Half of U.S. Drivers Say They Often Use Cellphones Behind the Wheel

Texting and driving can be deadly. Holding your phone in your hand to talk and surfing the internet while behind the wheel is dangerous, too.

This is widely known, but a new survey finds that about half of all respondents still use an electronic device most or every time they drive.

“I'd say it's not as much surprising as it is frustrating,” said Adam Snider, a spokesman for the nonprofit Governors Highway Safety Association (GHSA), which wasn't involved in the study but issued a news release after it was released. “Distracted driving is something that is incredibly pervasive.”

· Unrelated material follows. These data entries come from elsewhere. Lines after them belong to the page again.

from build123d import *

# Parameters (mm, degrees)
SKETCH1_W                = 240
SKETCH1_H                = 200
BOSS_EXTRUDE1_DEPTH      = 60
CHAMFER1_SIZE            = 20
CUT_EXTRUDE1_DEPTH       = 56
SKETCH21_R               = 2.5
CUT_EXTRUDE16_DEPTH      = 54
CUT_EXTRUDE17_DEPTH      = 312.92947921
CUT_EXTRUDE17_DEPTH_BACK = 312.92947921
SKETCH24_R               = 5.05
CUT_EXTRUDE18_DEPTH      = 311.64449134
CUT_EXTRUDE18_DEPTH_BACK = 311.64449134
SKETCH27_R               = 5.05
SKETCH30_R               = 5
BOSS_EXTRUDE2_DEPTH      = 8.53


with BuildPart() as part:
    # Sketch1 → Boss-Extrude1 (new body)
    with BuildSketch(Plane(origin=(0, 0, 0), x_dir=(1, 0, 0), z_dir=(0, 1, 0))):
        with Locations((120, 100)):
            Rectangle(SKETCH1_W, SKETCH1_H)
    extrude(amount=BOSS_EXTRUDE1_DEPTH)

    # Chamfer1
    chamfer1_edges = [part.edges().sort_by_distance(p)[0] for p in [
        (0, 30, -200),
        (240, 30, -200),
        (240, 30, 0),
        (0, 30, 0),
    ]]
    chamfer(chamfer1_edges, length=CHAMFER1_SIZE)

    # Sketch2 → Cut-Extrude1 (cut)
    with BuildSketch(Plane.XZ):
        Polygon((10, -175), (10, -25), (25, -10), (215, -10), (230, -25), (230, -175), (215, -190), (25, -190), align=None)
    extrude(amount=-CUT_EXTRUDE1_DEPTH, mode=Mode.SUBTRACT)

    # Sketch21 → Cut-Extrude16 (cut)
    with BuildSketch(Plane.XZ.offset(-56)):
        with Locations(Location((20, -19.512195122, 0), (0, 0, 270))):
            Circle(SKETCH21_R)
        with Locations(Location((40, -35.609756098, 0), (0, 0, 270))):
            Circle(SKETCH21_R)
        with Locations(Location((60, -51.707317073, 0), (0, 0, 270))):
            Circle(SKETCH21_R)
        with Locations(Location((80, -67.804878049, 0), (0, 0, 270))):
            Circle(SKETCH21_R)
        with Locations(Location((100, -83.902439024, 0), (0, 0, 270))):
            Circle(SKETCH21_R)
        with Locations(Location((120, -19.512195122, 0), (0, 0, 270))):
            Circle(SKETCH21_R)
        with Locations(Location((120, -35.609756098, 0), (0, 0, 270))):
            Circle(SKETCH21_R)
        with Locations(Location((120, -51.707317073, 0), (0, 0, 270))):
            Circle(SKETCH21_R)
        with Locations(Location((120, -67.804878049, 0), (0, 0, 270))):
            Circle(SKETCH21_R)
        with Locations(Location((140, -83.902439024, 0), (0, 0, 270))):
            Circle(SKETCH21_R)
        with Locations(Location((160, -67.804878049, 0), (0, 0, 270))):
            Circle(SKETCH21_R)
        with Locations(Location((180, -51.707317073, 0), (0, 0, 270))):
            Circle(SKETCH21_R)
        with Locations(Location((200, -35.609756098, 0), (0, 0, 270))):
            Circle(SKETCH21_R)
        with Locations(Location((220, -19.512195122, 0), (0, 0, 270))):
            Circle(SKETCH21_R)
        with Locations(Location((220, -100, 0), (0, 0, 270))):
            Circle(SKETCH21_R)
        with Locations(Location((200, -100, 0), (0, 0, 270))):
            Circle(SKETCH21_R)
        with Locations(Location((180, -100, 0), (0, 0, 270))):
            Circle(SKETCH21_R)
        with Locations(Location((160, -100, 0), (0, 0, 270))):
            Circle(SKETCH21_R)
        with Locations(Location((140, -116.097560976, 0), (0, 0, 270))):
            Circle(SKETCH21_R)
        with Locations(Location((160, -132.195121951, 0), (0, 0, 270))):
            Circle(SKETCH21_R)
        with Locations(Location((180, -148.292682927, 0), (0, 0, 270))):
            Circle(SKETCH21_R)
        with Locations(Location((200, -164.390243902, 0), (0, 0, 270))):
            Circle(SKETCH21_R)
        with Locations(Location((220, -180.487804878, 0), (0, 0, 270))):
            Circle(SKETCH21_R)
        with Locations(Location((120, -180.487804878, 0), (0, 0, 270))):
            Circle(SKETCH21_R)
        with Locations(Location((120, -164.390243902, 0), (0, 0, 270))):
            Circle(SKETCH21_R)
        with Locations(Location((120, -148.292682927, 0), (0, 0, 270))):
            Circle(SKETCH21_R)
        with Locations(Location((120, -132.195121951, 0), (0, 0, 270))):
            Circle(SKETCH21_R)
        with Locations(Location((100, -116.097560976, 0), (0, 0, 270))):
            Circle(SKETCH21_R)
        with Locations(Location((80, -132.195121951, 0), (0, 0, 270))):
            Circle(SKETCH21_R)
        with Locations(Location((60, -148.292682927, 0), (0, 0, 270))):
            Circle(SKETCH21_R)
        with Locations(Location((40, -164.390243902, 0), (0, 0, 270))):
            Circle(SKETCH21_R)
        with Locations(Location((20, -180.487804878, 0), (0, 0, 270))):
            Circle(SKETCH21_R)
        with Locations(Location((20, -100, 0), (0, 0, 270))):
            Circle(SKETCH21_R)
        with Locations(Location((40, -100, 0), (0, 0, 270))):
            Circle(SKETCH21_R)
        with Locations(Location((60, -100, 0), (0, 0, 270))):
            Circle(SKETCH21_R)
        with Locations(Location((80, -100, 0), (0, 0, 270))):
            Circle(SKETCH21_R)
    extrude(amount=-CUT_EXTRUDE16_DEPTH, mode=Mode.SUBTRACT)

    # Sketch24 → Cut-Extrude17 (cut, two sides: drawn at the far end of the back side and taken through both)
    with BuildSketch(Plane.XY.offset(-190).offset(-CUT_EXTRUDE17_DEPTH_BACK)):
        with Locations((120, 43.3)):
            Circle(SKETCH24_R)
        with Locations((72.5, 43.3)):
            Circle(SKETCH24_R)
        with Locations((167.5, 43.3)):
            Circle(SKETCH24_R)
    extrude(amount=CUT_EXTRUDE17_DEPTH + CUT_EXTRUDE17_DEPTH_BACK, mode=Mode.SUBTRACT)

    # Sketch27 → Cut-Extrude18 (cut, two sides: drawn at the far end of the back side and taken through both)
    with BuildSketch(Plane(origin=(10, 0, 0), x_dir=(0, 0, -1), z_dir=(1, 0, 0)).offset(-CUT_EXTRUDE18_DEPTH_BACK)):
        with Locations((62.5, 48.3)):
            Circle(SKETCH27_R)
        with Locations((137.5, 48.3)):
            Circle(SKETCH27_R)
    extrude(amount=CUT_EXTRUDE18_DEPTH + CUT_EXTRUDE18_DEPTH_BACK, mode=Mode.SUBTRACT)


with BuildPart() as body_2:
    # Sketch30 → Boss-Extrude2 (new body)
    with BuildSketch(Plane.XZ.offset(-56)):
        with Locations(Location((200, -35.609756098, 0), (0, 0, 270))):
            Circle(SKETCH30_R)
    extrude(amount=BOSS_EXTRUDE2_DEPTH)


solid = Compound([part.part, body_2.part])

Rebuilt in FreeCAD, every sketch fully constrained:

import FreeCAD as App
import Part
import Sketcher

V = App.Vector
Q = App.Units.Quantity


def edges_at(feature, points):
    """Names of the edges that pass closest to the given points."""
    edges = feature.Shape.Edges
    near = lambda p: min(range(len(edges)), key=lambda i: edges[i].distToShape(Part.Vertex(*p))[0])
    return sorted({f"Edge{near(p) + 1}" for p in points})

doc = App.newDocument("Part")
body = doc.addObject("PartDesign::Body", "Body")

sketch1 = doc.addObject("Sketcher::SketchObject", "Sketch")
body.addObject(sketch1)
sketch1.AttachmentSupport = (doc.XZ_Plane, [""])
sketch1.MapMode = "FlatFace"
sketch1.addGeometry([
    Part.LineSegment(V(0, -200, 0), V(0, 0, 0)),
    Part.LineSegment(V(0, 0, 0), V(240, 0, 0)),
    Part.LineSegment(V(240, 0, 0), V(240, -200, 0)),
    Part.LineSegment(V(240, -200, 0), V(0, -200, 0)),
], False)
sketch1.addConstraint([
    Sketcher.Constraint("Coincident", 0, 2, 1, 1),
    Sketcher.Constraint("Coincident", 1, 2, 2, 1),
    Sketcher.Constraint("Coincident", 2, 2, 3, 1),
    Sketcher.Constraint("Coincident", 3, 2, 0, 1),
    Sketcher.Constraint("Vertical", 0),
    Sketcher.Constraint("Horizontal", 1),
    Sketcher.Constraint("Vertical", 2),
    Sketcher.Constraint("Horizontal", 3),
    Sketcher.Constraint("Coincident", 0, 2, -1, 1),
    Sketcher.Constraint("DistanceX", 1, 1, 1, 2, Q("240 mm")),
    Sketcher.Constraint("DistanceY", 0, 1, 0, 2, Q("200 mm")),
])
pad1 = doc.addObject("PartDesign::Pad", "Pad")
body.addObject(pad1)
pad1.Profile = sketch1
pad1.Length = 60
pad1.Reversed = True
doc.recompute()

chamfer = doc.addObject("PartDesign::Chamfer", "Chamfer")
body.addObject(chamfer)
chamfer.Base = (pad1, edges_at(pad1, [
    (0, 30, -200),
    (240, 30, -200),
    (240, 30, 0),
    (0, 30, 0),
]))
chamfer.Size = 20

sketch2 = doc.addObject("Sketcher::SketchObject", "Sketch001")
body.addObject(sketch2)
sketch2.AttachmentSupport = (doc.XZ_Plane, [""])
sketch2.MapMode = "FlatFace"
sketch2.addGeometry([
    Part.LineSegment(V(10, -25, 0), V(10, -175, 0)),
    Part.LineSegment(V(10, -175, 0), V(25, -190, 0)),
    Part.LineSegment(V(25, -190, 0), V(215, -190, 0)),
    Part.LineSegment(V(215, -190, 0), V(230, -175, 0)),
    Part.LineSegment(V(230, -175, 0), V(230, -25, 0)),
    Part.LineSegment(V(230, -25, 0), V(215, -10, 0)),
    Part.LineSegment(V(215, -10, 0), V(25, -10, 0)),
    Part.LineSegment(V(25, -10, 0), V(10, -25, 0)),
], False)
sketch2.addConstraint([
    Sketcher.Constraint("Coincident", 0, 2, 1, 1),
    Sketcher.Constraint("Coincident", 1, 2, 2, 1),
    Sketcher.Constraint("Coincident", 2, 2, 3, 1),
    Sketcher.Constraint("Coincident", 3, 2, 4, 1),
    Sketcher.Constraint("Coincident", 4, 2, 5, 1),
    Sketcher.Constraint("Coincident", 5, 2, 6, 1),
    Sketcher.Constraint("Coincident", 6, 2, 7, 1),
    Sketcher.Constraint("Coincident", 7, 2, 0, 1),
    Sketcher.Constraint("Vertical", 0),
    Sketcher.Constraint("Horizontal", 2),
    Sketcher.Constraint("Vertical", 4),
    Sketcher.Constraint("Horizontal", 6),
    Sketcher.Constraint("Perpendicular", 1, 3),
    Sketcher.Constraint("Perpendicular", 3, 5),
    Sketcher.Constraint("Perpendicular", 5, 7),
    Sketcher.Constraint("Horizontal", 0, 2, 3, 2),
    Sketcher.Constraint("Horizontal", 4, 2, 7, 2),
    Sketcher.Constraint("Vertical", 2, 2, 5, 2),
    Sketcher.Constraint("Vertical", 1, 2, 6, 2),
    Sketcher.Constraint("DistanceX", 2, 1, 2, 2, Q("190 mm")),
    Sketcher.Constraint("DistanceY", 0, 2, 0, 1, Q("150 mm")),
    Sketcher.Constraint("DistanceX", -1, 1, 0, 2, Q("10 mm")),
    Sketcher.Constraint("DistanceY", 0, 2, -1, 1, Q("175 mm")),
    Sketcher.Constraint("DistanceX", -1, 1, 1, 2, Q("25 mm")),
])
pocket1 = doc.addObject("PartDesign::Pocket", "Pocket")
body.addObject(pocket1)
pocket1.Profile = sketch2
pocket1.Length = 56

sketch3 = doc.addObject("Sketcher::SketchObject", "Sketch002")
body.addObject(sketch3)
sketch3.AttachmentSupport = (doc.XZ_Plane, [""])
sketch3.MapMode = "FlatFace"
sketch3.AttachmentOffset = App.Placement(V(0, 0, -56), App.Rotation())
sketch3.addGeometry([
    Part.Circle(V(20, -19.5, 0), V(0, 0, 1), 2.5),
    Part.Circle(V(40, -35.6, 0), V(0, 0, 1), 2.5),
    Part.Circle(V(60, -51.7, 0), V(0, 0, 1), 2.5),
    Part.Circle(V(80, -67.8, 0), V(0, 0, 1), 2.5),
    Part.Circle(V(100, -83.9, 0), V(0, 0, 1), 2.5),
    Part.Circle(V(120, -19.5, 0), V(0, 0, 1), 2.5),
    Part.Circle(V(120, -35.6, 0), V(0, 0, 1), 2.5),
    Part.Circle(V(120, -51.7, 0), V(0, 0, 1), 2.5),
    Part.Circle(V(120, -67.8, 0), V(0, 0, 1), 2.5),
    Part.Circle(V(140, -83.9, 0), V(0, 0, 1), 2.5),
    Part.Circle(V(160, -67.8, 0), V(0, 0, 1), 2.5),
    Part.Circle(V(180, -51.7, 0), V(0, 0, 1), 2.5),
    Part.Circle(V(200, -35.6, 0), V(0, 0, 1), 2.5),
    Part.Circle(V(220, -19.5, 0), V(0, 0, 1), 2.5),
    Part.Circle(V(220, -100, 0), V(0, 0, 1), 2.5),
    Part.Circle(V(200, -100, 0), V(0, 0, 1), 2.5),
    Part.Circle(V(180, -100, 0), V(0, 0, 1), 2.5),
    Part.Circle(V(160, -100, 0), V(0, 0, 1), 2.5),
    Part.Circle(V(140, -116.1, 0), V(0, 0, 1), 2.5),
    Part.Circle(V(160, -132.2, 0), V(0, 0, 1), 2.5),
    Part.Circle(V(180, -148.3, 0), V(0, 0, 1), 2.5),
    Part.Circle(V(200, -164.4, 0), V(0, 0, 1), 2.5),
    Part.Circle(V(220, -180.5, 0), V(0, 0, 1), 2.5),
    Part.Circle(V(120, -180.5, 0), V(0, 0, 1), 2.5),
    Part.Circle(V(120, -164.4, 0), V(0, 0, 1), 2.5),
    Part.Circle(V(120, -148.3, 0), V(0, 0, 1), 2.5),
    Part.Circle(V(120, -132.2, 0), V(0, 0, 1), 2.5),
    Part.Circle(V(100, -116.1, 0), V(0, 0, 1), 2.5),
    Part.Circle(V(80, -132.2, 0), V(0, 0, 1), 2.5),
    Part.Circle(V(60, -148.3, 0), V(0, 0, 1), 2.5),
    Part.Circle(V(40, -164.4, 0), V(0, 0, 1), 2.5),
    Part.Circle(V(20, -180.5, 0), V(0, 0, 1), 2.5),
    Part.Circle(V(20, -100, 0), V(0, 0, 1), 2.5),
    Part.Circle(V(40, -100, 0), V(0, 0, 1), 2.5),
    Part.Circle(V(60, -100, 0), V(0, 0, 1), 2.5),
    Part.Circle(V(80, -100, 0), V(0, 0, 1), 2.5),
], False)
sketch3.addConstraint([
    Sketcher.Constraint("Equal", 0, 1),
    Sketcher.Constraint("Equal", 1, 2),
    Sketcher.Constraint("Equal", 2, 3),
    Sketcher.Constraint("Equal", 3, 4),
    Sketcher.Constraint("Equal", 4, 5),
    Sketcher.Constraint("Equal", 5, 6),
    Sketcher.Constraint("Equal", 6, 7),
    Sketcher.Constraint("Equal", 7, 8),
    Sketcher.Constraint("Equal", 8, 9),
    Sketcher.Constraint("Equal", 9, 10),
    Sketcher.Constraint("Equal", 10, 11),
    Sketcher.Constraint("Equal", 11, 12),
    Sketcher.Constraint("Equal", 12, 13),
    Sketcher.Constraint("Equal", 13, 14),
    Sketcher.Constraint("Equal", 14, 15),
    Sketcher.Constraint("Equal", 15, 16),
    Sketcher.Constraint("Equal", 16, 17),
    Sketcher.Constraint("Equal", 17, 18),
    Sketcher.Constraint("Equal", 18, 19),
    Sketcher.Constraint("Equal", 19, 20),
    Sketcher.Constraint("Equal", 20, 21),
    Sketcher.Constraint("Equal", 21, 22),
    Sketcher.Constraint("Equal", 22, 23),
    Sketcher.Constraint("Equal", 23, 24),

In the survey, conducted by the Insurance Institute for Highway Safety (IIHS), more than 2,000 licensed drivers were asked how much they agreed with dozens of statements designed with the Health Belief Model in mind.

That model is described as a behavioral change theory developed to understand why some people don't adopt a certain health behavior. It's usually applied to illness or disease prevention, according to the study.

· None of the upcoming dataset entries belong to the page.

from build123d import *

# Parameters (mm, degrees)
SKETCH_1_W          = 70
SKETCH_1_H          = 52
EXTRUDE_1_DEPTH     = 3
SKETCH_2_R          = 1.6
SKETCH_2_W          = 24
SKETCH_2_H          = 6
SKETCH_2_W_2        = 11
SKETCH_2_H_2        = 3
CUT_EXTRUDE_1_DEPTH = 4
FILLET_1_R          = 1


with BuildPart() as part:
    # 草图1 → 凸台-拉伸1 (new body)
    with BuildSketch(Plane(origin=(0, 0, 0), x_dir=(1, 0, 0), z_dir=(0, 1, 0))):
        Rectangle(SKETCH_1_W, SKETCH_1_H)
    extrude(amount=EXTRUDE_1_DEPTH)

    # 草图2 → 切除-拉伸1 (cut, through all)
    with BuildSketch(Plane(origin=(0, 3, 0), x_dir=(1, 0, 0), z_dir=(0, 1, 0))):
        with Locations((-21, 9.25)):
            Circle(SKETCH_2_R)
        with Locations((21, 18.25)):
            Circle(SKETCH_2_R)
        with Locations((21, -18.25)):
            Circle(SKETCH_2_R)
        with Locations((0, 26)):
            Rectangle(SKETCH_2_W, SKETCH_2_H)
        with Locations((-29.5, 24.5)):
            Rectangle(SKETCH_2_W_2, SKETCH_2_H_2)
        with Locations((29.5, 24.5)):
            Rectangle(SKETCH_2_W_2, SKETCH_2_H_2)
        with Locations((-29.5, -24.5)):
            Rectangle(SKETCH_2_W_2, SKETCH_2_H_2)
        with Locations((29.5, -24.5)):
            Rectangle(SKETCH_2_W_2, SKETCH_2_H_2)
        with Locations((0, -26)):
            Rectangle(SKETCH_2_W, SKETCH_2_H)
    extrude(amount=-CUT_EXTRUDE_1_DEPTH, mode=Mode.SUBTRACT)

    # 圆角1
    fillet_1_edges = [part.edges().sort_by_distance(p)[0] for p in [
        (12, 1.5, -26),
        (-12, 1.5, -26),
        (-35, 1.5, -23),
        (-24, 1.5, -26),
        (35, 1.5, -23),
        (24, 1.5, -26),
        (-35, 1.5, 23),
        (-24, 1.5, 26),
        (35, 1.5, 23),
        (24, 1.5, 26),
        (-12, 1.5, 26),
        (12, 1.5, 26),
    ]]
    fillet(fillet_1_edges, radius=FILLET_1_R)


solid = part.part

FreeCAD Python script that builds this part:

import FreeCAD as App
import Part
import Sketcher
from FreeCAD import Vector
Q = App.Units.Quantity


def edges_at(feature, points):
    """Names of the edges that pass closest to the given points."""
    edges = feature.Shape.Edges
    near = lambda p: min(range(len(edges)), key=lambda i: edges[i].distToShape(Part.Vertex(*p))[0])
    return sorted({f"Edge{near(p) + 1}" for p in points})


def add_polygon(sketch, points):
    """Adds a closed chain of lines whose ends are joined by coincident constraints."""
    first, n = sketch.GeometryCount, len(points)
    for a, b in zip(points, points[1:] + points[:1]):
        sketch.addGeometry(Part.LineSegment(App.Vector(*a, 0), App.Vector(*b, 0)), False)
    for i in range(n):
        sketch.addConstraint(Sketcher.Constraint("Coincident", first + i, 2, first + (i + 1) % n, 1))

doc = App.newDocument("Part")
params = doc.addObject("Spreadsheet::Sheet", "Params")
for row, (alias, value) in enumerate([
    ("sketch1_width", "70 mm"),
    ("sketch1_height", "52 mm"),
    ("pad1_length", "3 mm"),
    ("sketch2_diameter", "3.2 mm"),
    ("sketch2_width", "24 mm"),
    ("sketch2_width2", "11 mm"),
    ("sketch2_height", "6 mm"),
    ("sketch2_height2", "3 mm"),
    ("fillet_radius", "1 mm"),
], start=1):
    params.set(f"A{row}", alias)
    params.set(f"B{row}", "=" + value)
    params.setAlias(f"B{row}", alias)

body = doc.addObject("PartDesign::Body", "Body")

sketch1 = doc.addObject("Sketcher::SketchObject", "Sketch")
body.addObject(sketch1)
sketch1.AttachmentSupport = (doc.XZ_Plane, [""])
sketch1.MapMode = "FlatFace"
add_polygon(sketch1, [(-35, -26), (-35, 26), (35, 26), (35, -26)])
sketch1.addConstraint(Sketcher.Constraint("Vertical", 0))
sketch1.addConstraint(Sketcher.Constraint("Horizontal", 1))
sketch1.addConstraint(Sketcher.Constraint("Vertical", 2))
sketch1.addConstraint(Sketcher.Constraint("Horizontal", 3))
sketch1.addConstraint(Sketcher.Constraint("Symmetric", 0, 2, 2, 2, -1, 1))
sketch1.addConstraint(Sketcher.Constraint("DistanceX", 1, 1, 1, 2, Q("70 mm")))
sketch1.addConstraint(Sketcher.Constraint("DistanceY", 0, 1, 0, 2, Q("52 mm")))
sketch1.setExpression("Constraints[9]", "Params.sketch1_width")
sketch1.setExpression("Constraints[10]", "Params.sketch1_height")
pad1 = doc.addObject("PartDesign::Pad", "Pad")
body.addObject(pad1)
pad1.Profile = sketch1
pad1.setExpression("Length", "Params.pad1_length")
pad1.Reversed = True

sketch2 = doc.addObject("Sketcher::SketchObject", "Sketch001")
body.addObject(sketch2)
sketch2.AttachmentSupport = (doc.XZ_Plane, [""])
sketch2.MapMode = "FlatFace"
sketch2.AttachmentOffset = App.Placement(Vector(0, 0, -3), App.Rotation())
sketch2.addGeometry(Part.Circle(Vector(-21, -9.25, 0), Vector(0, 0, 1), 1.6), False)
sketch2.addGeometry(Part.Circle(Vector(21, -18.25, 0), Vector(0, 0, 1), 1.6), False)
sketch2.addGeometry(Part.Circle(Vector(21, 18.25, 0), Vector(0, 0, 1), 1.6), False)
add_polygon(sketch2, [(-12, -29), (-12, -23), (12, -23), (12, -29)])
add_polygon(sketch2, [(-35, -26), (-35, -23), (-24, -23), (-24, -26)])
add_polygon(sketch2, [(24, -26), (24, -23), (35, -23), (35, -26)])
add_polygon(sketch2, [(-35, 23), (-35, 26), (-24, 26), (-24, 23)])
add_polygon(sketch2, [(24, 23), (24, 26), (35, 26), (35, 23)])
add_polygon(sketch2, [(-12, 23), (-12, 29), (12, 29), (12, 23)])
sketch2.addConstraint(Sketcher.Constraint("Vertical", 3))
sketch2.addConstraint(Sketcher.Constraint("Horizontal", 4))
sketch2.addConstraint(Sketcher.Constraint("Vertical", 5))
sketch2.addConstraint(Sketcher.Constraint("Horizontal", 6))
sketch2.addConstraint(Sketcher.Constraint("Vertical", 7))
sketch2.addConstraint(Sketcher.Constraint("Horizontal", 8))
sketch2.addConstraint(Sketcher.Constraint("Vertical", 9))
sketch2.addConstraint(Sketcher.Constraint("Horizontal", 10))
sketch2.addConstraint(Sketcher.Constraint("Vertical", 11))
sketch2.addConstraint(Sketcher.Constraint("Horizontal", 12))
sketch2.addConstraint(Sketcher.Constraint("Vertical", 13))
sketch2.addConstraint(Sketcher.Constraint("Horizontal", 14))
sketch2.addConstraint(Sketcher.Constraint("Vertical", 15))
sketch2.addConstraint(Sketcher.Constraint("Horizontal", 16))
sketch2.addConstraint(Sketcher.Constraint("Vertical", 17))
sketch2.addConstraint(Sketcher.Constraint("Horizontal", 18))
sketch2.addConstraint(Sketcher.Constraint("Vertical", 19))
sketch2.addConstraint(Sketcher.Constraint("Horizontal", 20))
sketch2.addConstraint(Sketcher.Constraint("Vertical", 21))
sketch2.addConstraint(Sketcher.Constraint("Horizontal", 22))
sketch2.addConstraint(Sketcher.Constraint("Vertical", 23))
sketch2.addConstraint(Sketcher.Constraint("Horizontal", 24))
sketch2.addConstraint(Sketcher.Constraint("Vertical", 25))
sketch2.addConstraint(Sketcher.Constraint("Horizontal", 26))
sketch2.addConstraint(Sketcher.Constraint("Equal", 0, 1))
sketch2.addConstraint(Sketcher.Constraint("Equal", 1, 2))
sketch2.addConstraint(Sketcher.Constraint("Symmetric", 13, 2, 15, 2, -1, 1))
sketch2.addConstraint(Sketcher.Constraint("Symmetric", 11, 2, 17, 2, -1, 1))
sketch2.addConstraint(Sketcher.Constraint("Symmetric", 9, 2, 19, 2, -1, 1))
sketch2.addConstraint(Sketcher.Constraint("Symmetric", 7, 2, 21, 2, -1, 1))
sketch2.addConstraint(Sketcher.Constraint("Symmetric", 5, 2, 23, 2, -1, 1))
sketch2.addConstraint(Sketcher.Constraint("Symmetric", 3, 2, 25, 2, -1, 1))
sketch2.addConstraint(Sketcher.Constraint("Symmetric", 8, 2, 11, 2, -2))
sketch2.addConstraint(Sketcher.Constraint("Symmetric", 10, 2, 13, 2, -2))
sketch2.addConstraint(Sketcher.Constraint("Symmetric", 1, 3, 2, 3, -1))
sketch2.addConstraint(Sketcher.Constraint("Horizontal", 4, 2, 7, 2))
sketch2.addConstraint(Sketcher.Constraint("Vertical", 6, 2, 23, 2))
sketch2.addConstraint(Sketcher.Constraint("Diameter", 0, Q("3.2 mm")))
sketch2.addConstraint(Sketcher.Constraint("DistanceX", 4, 1, 4, 2, Q("24 mm")))
sketch2.addConstraint(Sketcher.Constraint("DistanceX", 8, 1, 8, 2, Q("11 mm")))
sketch2.addConstraint(Sketcher.Constraint("DistanceY", 3, 1, 3, 2, Q("6 mm")))
sketch2.addConstraint(Sketcher.Constraint("DistanceY", 7, 1, 7, 2, Q("3 mm")))
sketch2.addConstraint(Sketcher.Constraint("DistanceX", 0, 3, -1, 1, Q("21 mm")))
sketch2.addConstraint(Sketcher.Constraint("DistanceX", -1, 1, 1, 3, Q("21 mm")))
sketch2.addConstraint(Sketcher.Constraint("DistanceY", 3, 2, -1, 1, Q("23 mm")))
sketch2.addConstraint(Sketcher.Constraint("DistanceX", 7, 2, -1, 1, Q("35 mm")))
sketch2.addConstraint(Sketcher.Constraint("DistanceY", 1, 3, 0, 3, Q("9 mm")))
sketch2.addConstraint(Sketcher.Constraint("DistanceY", 1, 3, 2, 3, Q("36.5 mm")))
sketch2.setExpression("Constraints[61]", "Params.sketch2_diameter")
sketch2.setExpression("Constraints[62]", "Params.sketch2_width")
sketch2.setExpression("Constraints[63]", "Params.sketch2_width2")
sketch2.setExpression("Constraints[64]", "Params.sketch2_height")
sketch2.setExpression("Constraints[65]", "Params.sketch2_height2")
pocket1 = doc.addObject("PartDesign::Pocket", "Pocket")
body.addObject(pocket1)
pocket1.Profile = sketch2
pocket1.Type = "ThroughAll"
pocket1.Reversed = True
doc.recompute()

fillet = doc.addObject("PartDesign::Fillet", "Fillet")
body.addObject(fillet)
fillet.Base = (pocket1, edges_at(pocket1, [
    (12, 1.5, -26),
    (-12, 1.5, -26),
    (-35, 1.5, -23),
    (-24, 1.5, -26),
    (35, 1.5, -23),
    (24, 1.5, -26),
    (-35, 1.5, 23),
    (-24, 1.5, 26),
    (35, 1.5, 23),
    (24, 1.5, 26),
    (-12, 1.5, 26),
    (12, 1.5, 26),
]))
fillet.setExpression("Radius", "Params.fillet_radius")

doc.recompute()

“I think the results from this study really help shed some light on the reasons why” people are still using their phones in their cars, said lead author Aimee Cox, a research associate with the IIHS.

Cox said that appears to include “the need or the perceived need to respond to family or friends, the need for information, all these things that modern cellphones have really allowed us to do without thinking about it.”

While distracted drivers are using their phones while driving because they don't want to miss a call from their kids, for example, it's also their family members who they say could motivate them to put the phones down.

“I think that provides a really unique opportunity to where if we can encourage that open and safe communication and dialogue, we can have teen drivers and kids encouraging their parents to practice safe driving behaviors and vice versa. I think it needs to go both ways,” Cox said.

Distracted drivers killed at least 3,000 people in 2020, according to a statement issued by GHSA CEO Jonathan Adkins. That was 8% of all traffic deaths.

Another 400,000 people are injured each year, Snider said, but it may very well be higher, because it can be hard to prove that distracted driving caused a crash.

“This is something that every person who gets behind the wheel has the power to turn off their phone, to put their phone down, to put it in the glove box, to connect through in-vehicle technologies,” Snider said.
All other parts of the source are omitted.